To some extent the this Dedication Festival is an annual celebration of a completion – the coming into existence of a church body known as St. Augustine’s. A place was chosen for worship, leadership team formed, and liturgical services and ministries begun. Everything that was needed to be a local church body had been completed. Truly the members of St. Augustine’s have committed themselves to God and this parish to sacred use.

But I believe a another definition of dedication is even more appropriate. That definitions is the setting aside for a particular purpose.

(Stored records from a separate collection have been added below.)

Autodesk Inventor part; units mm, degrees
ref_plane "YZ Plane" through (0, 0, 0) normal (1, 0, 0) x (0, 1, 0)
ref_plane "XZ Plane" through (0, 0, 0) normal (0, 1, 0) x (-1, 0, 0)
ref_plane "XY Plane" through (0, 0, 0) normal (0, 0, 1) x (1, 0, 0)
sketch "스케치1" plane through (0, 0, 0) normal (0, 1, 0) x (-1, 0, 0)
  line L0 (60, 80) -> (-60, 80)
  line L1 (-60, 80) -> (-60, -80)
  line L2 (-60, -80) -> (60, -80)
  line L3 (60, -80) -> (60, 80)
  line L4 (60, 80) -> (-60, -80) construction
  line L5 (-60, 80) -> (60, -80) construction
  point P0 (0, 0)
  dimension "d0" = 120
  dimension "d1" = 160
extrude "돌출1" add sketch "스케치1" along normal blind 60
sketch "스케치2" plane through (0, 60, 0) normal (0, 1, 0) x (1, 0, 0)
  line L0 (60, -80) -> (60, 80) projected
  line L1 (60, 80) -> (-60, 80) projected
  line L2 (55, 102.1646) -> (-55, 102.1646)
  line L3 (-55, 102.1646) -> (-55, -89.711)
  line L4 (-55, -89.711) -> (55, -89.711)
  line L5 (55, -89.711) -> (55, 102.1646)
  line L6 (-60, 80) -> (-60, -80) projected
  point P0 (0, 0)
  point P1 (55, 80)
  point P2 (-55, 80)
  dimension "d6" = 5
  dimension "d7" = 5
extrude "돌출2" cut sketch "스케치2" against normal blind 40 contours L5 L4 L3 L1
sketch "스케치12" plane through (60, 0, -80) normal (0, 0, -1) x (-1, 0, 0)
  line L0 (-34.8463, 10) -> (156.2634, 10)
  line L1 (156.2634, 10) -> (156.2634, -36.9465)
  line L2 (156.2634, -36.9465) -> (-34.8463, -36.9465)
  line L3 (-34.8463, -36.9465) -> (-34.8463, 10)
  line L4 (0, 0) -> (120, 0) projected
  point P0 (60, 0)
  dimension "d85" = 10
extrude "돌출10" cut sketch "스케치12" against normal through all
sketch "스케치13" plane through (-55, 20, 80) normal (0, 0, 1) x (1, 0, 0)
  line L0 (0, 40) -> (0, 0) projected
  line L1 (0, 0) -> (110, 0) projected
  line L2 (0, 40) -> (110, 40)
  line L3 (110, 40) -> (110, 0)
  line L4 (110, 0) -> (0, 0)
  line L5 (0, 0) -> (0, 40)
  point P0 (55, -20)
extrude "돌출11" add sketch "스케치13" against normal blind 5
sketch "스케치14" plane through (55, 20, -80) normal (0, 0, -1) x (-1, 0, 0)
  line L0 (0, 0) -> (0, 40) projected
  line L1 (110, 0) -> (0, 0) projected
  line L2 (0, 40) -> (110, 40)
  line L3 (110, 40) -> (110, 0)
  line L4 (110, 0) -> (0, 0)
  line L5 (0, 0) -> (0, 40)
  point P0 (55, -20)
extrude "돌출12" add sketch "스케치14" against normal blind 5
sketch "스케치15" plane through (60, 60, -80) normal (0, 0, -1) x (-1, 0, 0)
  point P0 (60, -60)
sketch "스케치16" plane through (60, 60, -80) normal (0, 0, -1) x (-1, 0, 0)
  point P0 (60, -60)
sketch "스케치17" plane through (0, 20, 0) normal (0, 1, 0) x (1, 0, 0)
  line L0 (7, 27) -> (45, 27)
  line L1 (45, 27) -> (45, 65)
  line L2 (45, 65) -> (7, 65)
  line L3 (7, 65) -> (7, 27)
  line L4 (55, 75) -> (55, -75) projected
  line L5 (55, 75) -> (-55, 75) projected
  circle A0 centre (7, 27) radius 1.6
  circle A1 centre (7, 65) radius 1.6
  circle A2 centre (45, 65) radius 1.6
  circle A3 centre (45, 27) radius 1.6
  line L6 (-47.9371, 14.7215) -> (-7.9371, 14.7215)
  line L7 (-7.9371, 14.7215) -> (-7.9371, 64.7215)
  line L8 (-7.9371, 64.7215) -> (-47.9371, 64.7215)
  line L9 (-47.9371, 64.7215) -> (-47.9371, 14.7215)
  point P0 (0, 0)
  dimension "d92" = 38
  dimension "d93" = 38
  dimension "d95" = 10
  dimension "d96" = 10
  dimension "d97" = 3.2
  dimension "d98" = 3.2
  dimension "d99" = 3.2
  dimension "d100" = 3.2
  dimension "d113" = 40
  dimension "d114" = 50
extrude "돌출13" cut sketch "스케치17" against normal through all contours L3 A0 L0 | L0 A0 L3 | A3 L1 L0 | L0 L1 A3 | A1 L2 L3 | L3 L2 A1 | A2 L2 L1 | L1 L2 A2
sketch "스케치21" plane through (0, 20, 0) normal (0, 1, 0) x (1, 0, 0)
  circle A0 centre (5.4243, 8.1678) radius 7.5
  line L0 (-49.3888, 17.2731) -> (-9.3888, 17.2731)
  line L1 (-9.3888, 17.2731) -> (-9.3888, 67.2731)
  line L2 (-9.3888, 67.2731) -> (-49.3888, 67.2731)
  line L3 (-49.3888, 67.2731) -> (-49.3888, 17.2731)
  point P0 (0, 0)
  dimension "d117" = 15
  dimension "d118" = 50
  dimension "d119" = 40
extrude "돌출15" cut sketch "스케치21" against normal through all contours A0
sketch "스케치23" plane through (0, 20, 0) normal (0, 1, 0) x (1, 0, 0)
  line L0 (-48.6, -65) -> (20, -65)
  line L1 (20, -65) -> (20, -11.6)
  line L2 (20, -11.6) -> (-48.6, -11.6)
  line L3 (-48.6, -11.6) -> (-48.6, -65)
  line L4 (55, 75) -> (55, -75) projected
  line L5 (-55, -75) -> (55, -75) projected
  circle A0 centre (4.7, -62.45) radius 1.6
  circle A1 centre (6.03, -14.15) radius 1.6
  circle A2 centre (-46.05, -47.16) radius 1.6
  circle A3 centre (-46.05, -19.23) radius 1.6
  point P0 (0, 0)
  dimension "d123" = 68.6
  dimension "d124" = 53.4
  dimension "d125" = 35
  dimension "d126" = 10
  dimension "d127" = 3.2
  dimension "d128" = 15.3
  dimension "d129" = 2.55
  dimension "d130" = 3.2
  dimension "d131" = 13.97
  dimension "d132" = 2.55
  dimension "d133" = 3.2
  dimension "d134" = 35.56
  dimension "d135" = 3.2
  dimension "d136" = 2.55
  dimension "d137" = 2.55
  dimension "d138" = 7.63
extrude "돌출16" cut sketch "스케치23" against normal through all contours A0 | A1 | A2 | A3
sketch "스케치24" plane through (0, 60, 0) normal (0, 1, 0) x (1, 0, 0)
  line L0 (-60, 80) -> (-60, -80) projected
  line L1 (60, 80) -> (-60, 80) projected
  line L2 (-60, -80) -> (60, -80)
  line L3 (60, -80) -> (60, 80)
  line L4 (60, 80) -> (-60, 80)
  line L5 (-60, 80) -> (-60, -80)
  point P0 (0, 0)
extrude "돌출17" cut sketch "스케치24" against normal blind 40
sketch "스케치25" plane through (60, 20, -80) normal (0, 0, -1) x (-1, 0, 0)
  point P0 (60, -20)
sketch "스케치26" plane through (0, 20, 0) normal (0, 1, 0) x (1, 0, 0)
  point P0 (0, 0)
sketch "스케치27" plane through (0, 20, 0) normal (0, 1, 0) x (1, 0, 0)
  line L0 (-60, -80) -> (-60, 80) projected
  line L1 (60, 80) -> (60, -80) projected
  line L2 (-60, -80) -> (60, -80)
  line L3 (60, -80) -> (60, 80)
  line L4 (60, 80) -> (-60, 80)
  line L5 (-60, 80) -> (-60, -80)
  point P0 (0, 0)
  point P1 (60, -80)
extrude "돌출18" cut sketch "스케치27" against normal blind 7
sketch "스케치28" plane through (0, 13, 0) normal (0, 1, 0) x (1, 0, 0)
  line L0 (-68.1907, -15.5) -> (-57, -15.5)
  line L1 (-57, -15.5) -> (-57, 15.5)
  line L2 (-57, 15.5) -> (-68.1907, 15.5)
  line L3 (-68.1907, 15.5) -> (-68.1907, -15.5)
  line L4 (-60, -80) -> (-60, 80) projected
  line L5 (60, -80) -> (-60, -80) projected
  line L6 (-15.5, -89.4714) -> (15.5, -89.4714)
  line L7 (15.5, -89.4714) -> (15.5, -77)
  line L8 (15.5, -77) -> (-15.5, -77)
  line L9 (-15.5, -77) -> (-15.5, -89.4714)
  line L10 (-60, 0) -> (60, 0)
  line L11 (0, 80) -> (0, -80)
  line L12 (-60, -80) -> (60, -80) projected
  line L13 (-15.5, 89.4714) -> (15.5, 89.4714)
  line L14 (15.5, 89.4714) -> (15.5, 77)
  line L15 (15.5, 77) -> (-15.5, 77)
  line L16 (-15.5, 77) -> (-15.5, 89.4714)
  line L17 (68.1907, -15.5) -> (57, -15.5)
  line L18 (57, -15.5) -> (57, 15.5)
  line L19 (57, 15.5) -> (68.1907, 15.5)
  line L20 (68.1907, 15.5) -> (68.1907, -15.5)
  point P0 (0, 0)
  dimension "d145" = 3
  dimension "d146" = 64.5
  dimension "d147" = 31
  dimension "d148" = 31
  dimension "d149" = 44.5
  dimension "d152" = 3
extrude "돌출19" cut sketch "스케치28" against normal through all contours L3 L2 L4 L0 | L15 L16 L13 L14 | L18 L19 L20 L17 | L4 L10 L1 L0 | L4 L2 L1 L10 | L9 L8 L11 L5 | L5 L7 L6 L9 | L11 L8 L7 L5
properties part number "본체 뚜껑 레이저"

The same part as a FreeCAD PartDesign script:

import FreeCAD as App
import Part
import Sketcher
from FreeCAD import Vector


def add_polygon(sketch, points):
    """Adds a closed chain of lines whose ends are joined by coincident constraints."""
    first, n = sketch.GeometryCount, len(points)
    for a, b in zip(points, points[1:] + points[:1]):
        sketch.addGeometry(Part.LineSegment(App.Vector(*a, 0), App.Vector(*b, 0)), False)
    for i in range(n):
        sketch.addConstraint(Sketcher.Constraint("Coincident", first + i, 2, first + (i + 1) % n, 1))

doc = App.newDocument("Part")
body = doc.addObject("PartDesign::Body", "Body")

sketch1 = body.newObject("Sketcher::SketchObject", "Sketch")
sketch1.AttachmentSupport = (doc.getObject("XZ_Plane"), [""])
sketch1.MapMode = "FlatFace"
add_polygon(sketch1, [(-60, -80), (-60, 80), (60, 80), (60, -80)])
sketch1.addConstraint([
    Sketcher.Constraint("Vertical", 0),
    Sketcher.Constraint("Horizontal", 1),
    Sketcher.Constraint("Vertical", 2),
    Sketcher.Constraint("Horizontal", 3),
    Sketcher.Constraint("Symmetric", 0, 2, 2, 2, -1, 1),
    Sketcher.Constraint("DistanceX", 1, 1, 1, 2, 120.0),
    Sketcher.Constraint("DistanceY", 0, 1, 0, 2, 160.0),
])
pad1 = body.newObject("PartDesign::Pad", "Pad")
pad1.Profile = sketch1
pad1.Length = 60
pad1.Reversed = True

sketch2 = body.newObject("Sketcher::SketchObject", "Sketch001")
sketch2.AttachmentSupport = (doc.getObject("XZ_Plane"), [""])
sketch2.MapMode = "FlatFace"
sketch2.AttachmentOffset = App.Placement(Vector(0, 0, -60), App.Rotation())
add_polygon(sketch2, [(55, 90), (55, -80), (-55, -80), (-55, 90)])
sketch2.addConstraint([
    Sketcher.Constraint("Vertical", 0),
    Sketcher.Constraint("Horizontal", 1),
    Sketcher.Constraint("Vertical", 2),
    Sketcher.Constraint("Horizontal", 3),
    Sketcher.Constraint("DistanceX", 1, 2, 1, 1, 110.0),
    Sketcher.Constraint("DistanceX", -1, 1, 0, 2, 55.0),
    Sketcher.Constraint("DistanceY", 0, 2, -1, 1, 80.0),
    Sketcher.Constraint("DistanceY", 0, 2, 0, 1, 169.711),
])
pocket1 = body.newObject("PartDesign::Pocket", "Pocket")
pocket1.Profile = sketch2
pocket1.Length = 40
pocket1.Reversed = True

sketch3 = body.newObject("Sketcher::SketchObject", "Sketch002")
sketch3.AttachmentSupport = (doc.getObject("XY_Plane"), [""])
sketch3.MapMode = "FlatFace"
sketch3.AttachmentOffset = App.Placement(Vector(0, 0, -80), App.Rotation())
add_polygon(sketch3, [(-96, 10), (95, 10), (95, -37), (-96, -37)])
sketch3.addConstraint([
    Sketcher.Constraint("Horizontal", 0),
    Sketcher.Constraint("Vertical", 1),
    Sketcher.Constraint("Horizontal", 2),
    Sketcher.Constraint("Vertical", 3),
    Sketcher.Constraint("DistanceY", -1, 1, 0, 2, 10.0),
    Sketcher.Constraint("DistanceX", 0, 1, 0, 2, 191.1097),
    Sketcher.Constraint("DistanceY", 1, 2, 1, 1, 46.9465),
    Sketcher.Constraint("DistanceX", -1, 1, 0, 2, 94.8463),
])
pocket2 = body.newObject("PartDesign::Pocket", "Pocket001")
pocket2.Profile = sketch3
pocket2.Type = "ThroughAll"
pocket2.Reversed = True

sketch4 = body.newObject("Sketcher::SketchObject", "Sketch003")
sketch4.AttachmentSupport = (doc.getObject("XY_Plane"), [""])
sketch4.MapMode = "FlatFace"
sketch4.AttachmentOffset = App.Placement(Vector(0, 0, 80), App.Rotation())
add_polygon(sketch4, [(55, 60), (-55, 60), (-55, 20), (55, 20)])
sketch4.addConstraint([
    Sketcher.Constraint("Horizontal", 0),
    Sketcher.Constraint("Vertical", 1),
    Sketcher.Constraint("Horizontal", 2),
    Sketcher.Constraint("Vertical", 3),
    Sketcher.Constraint("DistanceX", 0, 2, 0, 1, 110.0),
    Sketcher.Constraint("DistanceY", 1, 2, 1, 1, 40.0),
    Sketcher.Constraint("DistanceX", 0, 2, -1, 1, 55.0),
    Sketcher.Constraint("DistanceY", -1, 1, 0, 2, 60.0),
])
pad2 = body.newObject("PartDesign::Pad", "Pad001")
pad2.Profile = sketch4
pad2.Length = 5
pad2.Reversed = True

sketch5 = body.newObject("Sketcher::SketchObject", "Sketch004")
sketch5.AttachmentSupport = (doc.getObject("XY_Plane"), [""])
sketch5.MapMode = "FlatFace"
sketch5.AttachmentOffset = App.Placement(Vector(0, 0, -80), App.Rotation())
add_polygon(sketch5, [(55, 60), (55, 20), (-55, 20), (-55, 60)])
sketch5.addConstraint([
    Sketcher.Constraint("Vertical", 0),
    Sketcher.Constraint("Horizontal", 1),
    Sketcher.Constraint("Vertical", 2),
    Sketcher.Constraint("Horizontal", 3),
    Sketcher.Constraint("DistanceX", 1, 2, 1, 1, 110.0),
    Sketcher.Constraint("DistanceY", 0, 2, 0, 1, 40.0),
    Sketcher.Constraint("DistanceX", -1, 1, 0, 2, 55.0),
    Sketcher.Constraint("DistanceY", -1, 1, 0, 2, 20.0),
])
pad3 = body.newObject("PartDesign::Pad", "Pad002")
pad3.Profile = sketch5
pad3.Length = 5

sketch6 = body.newObject("Sketcher::SketchObject", "Sketch005")
sketch6.AttachmentSupport = (doc.getObject("XZ_Plane"), [""])
sketch6.MapMode = "FlatFace"
sketch6.AttachmentOffset = App.Placement(Vector(0, 0, -20), App.Rotation())
sketch6.addGeometry([
    Part.Circle(Vector(7, -27, 0), Vector(0, 0, 1), 1.6),
    Part.Circle(Vector(45, -27, 0), Vector(0, 0, 1), 1.6),
    Part.Circle(Vector(7, -65, 0), Vector(0, 0, 1), 1.6),
    Part.Circle(Vector(45, -65, 0), Vector(0, 0, 1), 1.6),
], False)
sketch6.addConstraint([
    Sketcher.Constraint("Equal", 0, 1),
    Sketcher.Constraint("Equal", 1, 2),
    Sketcher.Constraint("Equal", 2, 3),
    Sketcher.Constraint("Horizontal", 0, 3, 1, 3),
    Sketcher.Constraint("Horizontal", 2, 3, 3, 3),
    Sketcher.Constraint("Vertical", 0, 3, 2, 3),
    Sketcher.Constraint("Vertical", 1, 3, 3, 3),
    Sketcher.Constraint("Diameter", 0, 3.2),
    Sketcher.Constraint("DistanceX", 0, 3, 1, 3, 38.0),
    Sketcher.Constraint("DistanceY", 2, 3, 0, 3, 38.0),
    Sketcher.Constraint("DistanceX", -1, 1, 0, 3, 7.0),
    Sketcher.Constraint("DistanceY", 0, 3, -1, 1, 27.0),
])
pocket3 = body.newObject("PartDesign::Pocket", "Pocket002")
pocket3.Profile = sketch6
pocket3.Type = "ThroughAll"
pocket3.Reversed = True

In this  parish, that is expressed most eloquently in its mission statement Changed by God to make a  Difference for God.  For the members of this parish, it is not merely enough to have sacred spaces and ceremonies, it is not enough to worship God in community or privately, it is not enough to have great Christian fellowship – and all these are present and true – but the members of this parish having experienced God’s Blessing want to and have given generously of themselves.

They have allowed God to change them and to keep changing them so that they can be the Body of Christ in the world around them. Changed by Christ  they reach out to share the Good News and making Christ present to others by visiting the homeless and those in nursing homes, by collecting food stuffs for those in need both human and animal, by holding up brothers and sisters in prayer, not only those within this parish, but wherever and for whoever their is a need.   It is a parish that is not afraid to pray for God’s healing and is willing to make present the healing touch of Christ by supporting, comforting, sharing those with needs.

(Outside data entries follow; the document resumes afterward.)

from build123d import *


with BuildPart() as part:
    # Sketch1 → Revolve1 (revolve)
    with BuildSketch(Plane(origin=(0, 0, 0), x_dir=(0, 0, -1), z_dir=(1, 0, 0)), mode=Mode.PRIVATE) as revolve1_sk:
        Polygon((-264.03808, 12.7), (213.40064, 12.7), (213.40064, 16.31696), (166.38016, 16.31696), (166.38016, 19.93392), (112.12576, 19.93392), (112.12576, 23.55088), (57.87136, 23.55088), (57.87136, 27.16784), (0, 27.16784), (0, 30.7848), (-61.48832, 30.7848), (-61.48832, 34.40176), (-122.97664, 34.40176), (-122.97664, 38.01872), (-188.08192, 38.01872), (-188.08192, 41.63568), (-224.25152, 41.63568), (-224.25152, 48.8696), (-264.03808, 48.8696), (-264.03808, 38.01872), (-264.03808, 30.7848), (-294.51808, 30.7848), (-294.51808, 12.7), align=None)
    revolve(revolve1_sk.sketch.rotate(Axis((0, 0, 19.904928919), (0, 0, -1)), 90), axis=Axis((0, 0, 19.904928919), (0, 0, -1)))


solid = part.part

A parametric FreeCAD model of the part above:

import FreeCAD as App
import Part
import Sketcher

V = App.Vector
Q = App.Units.Quantity


def add_polygon(sketch, points):
    """Adds a closed chain of lines whose ends are joined by coincident constraints."""
    first, n = sketch.GeometryCount, len(points)
    for a, b in zip(points, points[1:] + points[:1]):
        sketch.addGeometry(Part.LineSegment(App.Vector(*a, 0), App.Vector(*b, 0)), False)
    for i in range(n):
        sketch.addConstraint(Sketcher.Constraint("Coincident", first + i, 2, first + (i + 1) % n, 1))

doc = App.newDocument("Part")
body = doc.addObject("PartDesign::Body", "Body")

# Sketch on YZ plane
sketch1 = body.newObject("Sketcher::SketchObject", "Sketch")
sketch1.AttachmentSupport = (doc.getObject("YZ_Plane"), [""])
sketch1.MapMode = "FlatFace"
add_polygon(sketch1, [(12.7, -213.40064), (16.31696, -213.40064), (16.31696, -166.38016), (19.93392, -166.38016), (19.93392, -112.12576), (23.55088, -112.12576), (23.55088, -57.87136), (27.16784, -57.87136), (27.16784, 0), (30.7848, 0), (30.7848, 61.48832), (34.40176, 61.48832), (34.40176, 122.97664), (38.01872, 122.97664), (38.01872, 188.08192), (41.63568, 188.08192), (41.63568, 224.25152), (48.8696, 224.25152), (48.8696, 264.03808), (30.7848, 264.03808), (30.7848, 294.51808), (12.7, 294.51808)])  # lines 0-21
sketch1.addConstraint([
    Sketcher.Constraint("Horizontal", 0),
    Sketcher.Constraint("Vertical", 1),
    Sketcher.Constraint("Horizontal", 2),
    Sketcher.Constraint("Vertical", 3),
    Sketcher.Constraint("Horizontal", 4),
    Sketcher.Constraint("Vertical", 5),
    Sketcher.Constraint("Horizontal", 6),
    Sketcher.Constraint("Vertical", 7),
    Sketcher.Constraint("Horizontal", 8),
    Sketcher.Constraint("Vertical", 9),
    Sketcher.Constraint("Horizontal", 10),
    Sketcher.Constraint("Vertical", 11),
    Sketcher.Constraint("Horizontal", 12),
    Sketcher.Constraint("Vertical", 13),
    Sketcher.Constraint("Horizontal", 14),
    Sketcher.Constraint("Vertical", 15),
    Sketcher.Constraint("Horizontal", 16),
    Sketcher.Constraint("Vertical", 17),
    Sketcher.Constraint("Horizontal", 18),
    Sketcher.Constraint("Vertical", 19),
    Sketcher.Constraint("Horizontal", 20),
    Sketcher.Constraint("Vertical", 21),
    Sketcher.Constraint("PointOnObject", 7, 2, -1),
    Sketcher.Constraint("Vertical", 9, 2, 18, 2),
    Sketcher.Constraint("Equal", 0, 2),
    Sketcher.Constraint("Equal", 2, 4),
    Sketcher.Constraint("Equal", 4, 6),
    Sketcher.Constraint("Equal", 6, 8),
    Sketcher.Constraint("Equal", 8, 10),
    Sketcher.Constraint("Equal", 10, 12),
    Sketcher.Constraint("Equal", 12, 14),
    Sketcher.Constraint("Equal", 18, 20),
    Sketcher.Constraint("Equal", 3, 5),
    Sketcher.Constraint("Equal", 9, 11),
    Sketcher.Constraint("DistanceY", 19, 1, 19, 2, Q("1.2 in")),
    Sketcher.Constraint("DistanceX", -1, 1, 20, 2, Q("0.5 in")),
    Sketcher.Constraint("DistanceX", 18, 2, 18, 1, Q("0.712 in")),
    Sketcher.Constraint("DistanceY", 3, 1, 3, 2, Q("2.136 in")),
    Sketcher.Constraint("DistanceY", 15, 1, 15, 2, Q("1.424 in")),
    Sketcher.Constraint("DistanceY", 6, 2, 11, 2, Q("7.12 in")),
    Sketcher.Constraint("DistanceY", 1, 1, 1, 2, Q("1.8512 in")),
    Sketcher.Constraint("DistanceY", 7, 1, 7, 2, Q("2.2784 in")),
    Sketcher.Constraint("DistanceY", 13, 1, 13, 2, Q("2.5632 in")),
    Sketcher.Constraint("DistanceY", 17, 1, 17, 2, Q("1.5664 in")),
])
revolution = body.newObject("PartDesign::Revolution", "Revolution")
revolution.Profile = sketch1
revolution.ReferenceAxis = (sketch1, ["V_Axis"])
revolution.Angle = 360

doc.recompute()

It is right and good and a holy thing that we do as we celebrate that original dedication with a re-dedication. A recommitment to be transformed by God. This will require that we continue to be generous with our time and resources and it will required us to remember that all that we have comes from our God. We must realize that some of what we do today we will not see come to completion. Like David we need to act in faith and trust that if we prepare and plan well, that God will see the completion. As the Temple took some 46 years to build, we must realize that the building of this parish will take years, but unlike the Temple it will never be completed.

As in the Gospel reading, we see how abuses crept into the Temple, some innocent enough, the providing of doves and lambs, etc. for offerings but more evil ones as well like the dishonest money changers. Jesus was forced to drive them out of the Temple to safeguard it’s purity. We need to examine both our church life and our individual lives to make sure that we have not allowed our practices to interferr with our pure worship of God. Hopefully these comparisons with the Temple and the church have been helpful, but I believe it is important that we recognize a major difference.

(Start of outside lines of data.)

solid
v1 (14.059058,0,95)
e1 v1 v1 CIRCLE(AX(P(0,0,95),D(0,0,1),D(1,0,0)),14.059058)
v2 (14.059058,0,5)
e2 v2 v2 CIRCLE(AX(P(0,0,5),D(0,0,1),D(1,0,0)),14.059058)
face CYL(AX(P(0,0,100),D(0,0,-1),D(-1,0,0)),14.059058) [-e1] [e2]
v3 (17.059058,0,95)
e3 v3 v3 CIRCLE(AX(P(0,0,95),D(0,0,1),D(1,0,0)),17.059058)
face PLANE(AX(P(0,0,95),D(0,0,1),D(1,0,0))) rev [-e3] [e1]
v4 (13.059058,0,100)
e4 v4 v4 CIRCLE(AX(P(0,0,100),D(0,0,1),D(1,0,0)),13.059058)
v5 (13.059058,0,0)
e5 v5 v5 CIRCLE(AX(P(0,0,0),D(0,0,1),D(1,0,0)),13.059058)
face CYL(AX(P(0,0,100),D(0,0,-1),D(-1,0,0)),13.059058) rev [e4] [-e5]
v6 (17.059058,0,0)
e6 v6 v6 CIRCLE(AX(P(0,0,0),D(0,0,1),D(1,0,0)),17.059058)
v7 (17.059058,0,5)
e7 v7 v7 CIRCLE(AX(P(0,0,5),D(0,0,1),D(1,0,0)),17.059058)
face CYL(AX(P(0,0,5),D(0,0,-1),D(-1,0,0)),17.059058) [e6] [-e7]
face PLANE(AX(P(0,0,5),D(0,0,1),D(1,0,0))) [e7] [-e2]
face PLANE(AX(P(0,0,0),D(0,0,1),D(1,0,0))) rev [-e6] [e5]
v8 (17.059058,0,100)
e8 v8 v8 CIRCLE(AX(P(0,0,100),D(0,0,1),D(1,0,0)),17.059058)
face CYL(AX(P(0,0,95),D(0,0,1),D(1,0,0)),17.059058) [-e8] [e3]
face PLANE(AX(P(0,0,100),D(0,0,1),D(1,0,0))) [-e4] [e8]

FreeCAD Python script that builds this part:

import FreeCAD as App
import Part
import Sketcher
from FreeCAD import Vector

doc = App.newDocument("Part")
params = doc.addObject("Spreadsheet::Sheet", "Params")
for row, (alias, value) in enumerate([
    ("pad1_length", "100 mm"),
    ("pad2_length", "5 mm"),
    ("pad3_length", "5 mm"),
], start=1):
    params.set(f"A{row}", alias)
    params.set(f"B{row}", "=" + value)
    params.setAlias(f"B{row}", alias)

body = doc.addObject("PartDesign::Body", "Body")

sketch1 = doc.addObject("Sketcher::SketchObject", "Sketch")
body.addObject(sketch1)
sketch1.AttachmentSupport = (doc.XY_Plane, [""])
sketch1.MapMode = "FlatFace"
sketch1.addGeometry(Part.Circle(Vector(0, 0, 0), Vector(0, 0, 1), 14.059058), False)
sketch1.addGeometry(Part.Circle(Vector(0, 0, 0), Vector(0, 0, 1), 13.059058), False)
sketch1.addConstraint(Sketcher.Constraint("Coincident", 0, 3, -1, 1))
sketch1.addConstraint(Sketcher.Constraint("Coincident", 1, 3, -1, 1))
sketch1.addConstraint(Sketcher.Constraint("Diameter", 0, 28.118117))
sketch1.addConstraint(Sketcher.Constraint("Diameter", 1, 26.118117))
pad1 = doc.addObject("PartDesign::Pad", "Pad")
body.addObject(pad1)
pad1.Profile = sketch1
pad1.setExpression("Length", "Params.pad1_length")

sketch2 = doc.addObject("Sketcher::SketchObject", "Sketch001")
body.addObject(sketch2)
sketch2.AttachmentSupport = (doc.XY_Plane, [""])
sketch2.MapMode = "FlatFace"
sketch2.addGeometry(Part.Circle(Vector(0, 0, 0), Vector(0, 0, 1), 17.059058), False)
sketch2.addGeometry(Part.Circle(Vector(0, 0, 0), Vector(0, 0, 1), 14.059058), False)
sketch2.addConstraint(Sketcher.Constraint("Coincident", 0, 3, -1, 1))
sketch2.addConstraint(Sketcher.Constraint("Coincident", 1, 3, -1, 1))
sketch2.addConstraint(Sketcher.Constraint("Diameter", 0, 34.118117))
sketch2.addConstraint(Sketcher.Constraint("Diameter", 1, 28.118117))
pad2 = doc.addObject("PartDesign::Pad", "Pad001")
body.addObject(pad2)
pad2.Profile = sketch2
pad2.setExpression("Length", "Params.pad2_length")

sketch3 = doc.addObject("Sketcher::SketchObject", "Sketch002")
body.addObject(sketch3)
sketch3.AttachmentSupport = (doc.XY_Plane, [""])
sketch3.MapMode = "FlatFace"
sketch3.AttachmentOffset = App.Placement(Vector(0, 0, 95), App.Rotation())
sketch3.addGeometry(Part.Circle(Vector(0, 0, 0), Vector(0, 0, 1), 17.059058), False)
sketch3.addGeometry(Part.Circle(Vector(0, 0, 0), Vector(0, 0, 1), 14.059058), False)
sketch3.addConstraint(Sketcher.Constraint("Coincident", 0, 3, -1, 1))
sketch3.addConstraint(Sketcher.Constraint("Coincident", 1, 3, -1, 1))
sketch3.addConstraint(Sketcher.Constraint("Diameter", 0, 34.118117))
sketch3.addConstraint(Sketcher.Constraint("Diameter", 1, 28.118117))
pad3 = doc.addObject("PartDesign::Pad", "Pad002")
body.addObject(pad3)
pad3.Profile = sketch3
pad3.setExpression("Length", "Params.pad3_length")

doc.recompute()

The Temple was a single place where God was seen to dwell. In a sense, God could be restricted to that place , that period of worship, without any real involvement in daily life. The people continued to see themselves as strangers and aliens in this world, to a great extent as even as strangers and aliens in their relationship with God.

We are different. The Temple was build on an earthly cornerstone, but We are a people who have Jesus Christ as our cornerstone. The Temple had a foundation built on human soil, but our foundation is built upon the faith of the apostles and prophets. They were a people who could not get over the feeling that thy were strangers and aliens, but through our relationship with Jesus Christ we are no longer strangers, no longer aliens, but citizen  with the saints and yes, even members of the household of God.

We no longer are bound to a particular place or time in which to encounter God, worship God, or invoke God’s Blessing. God now dwells with and in us. Our bodies individually and especially when we gather together as Church have become the new and more perfect Temple. We can now make the presence of our God felt wherever we go. We have been truly Changed by God to Make a Difference For God. Amen.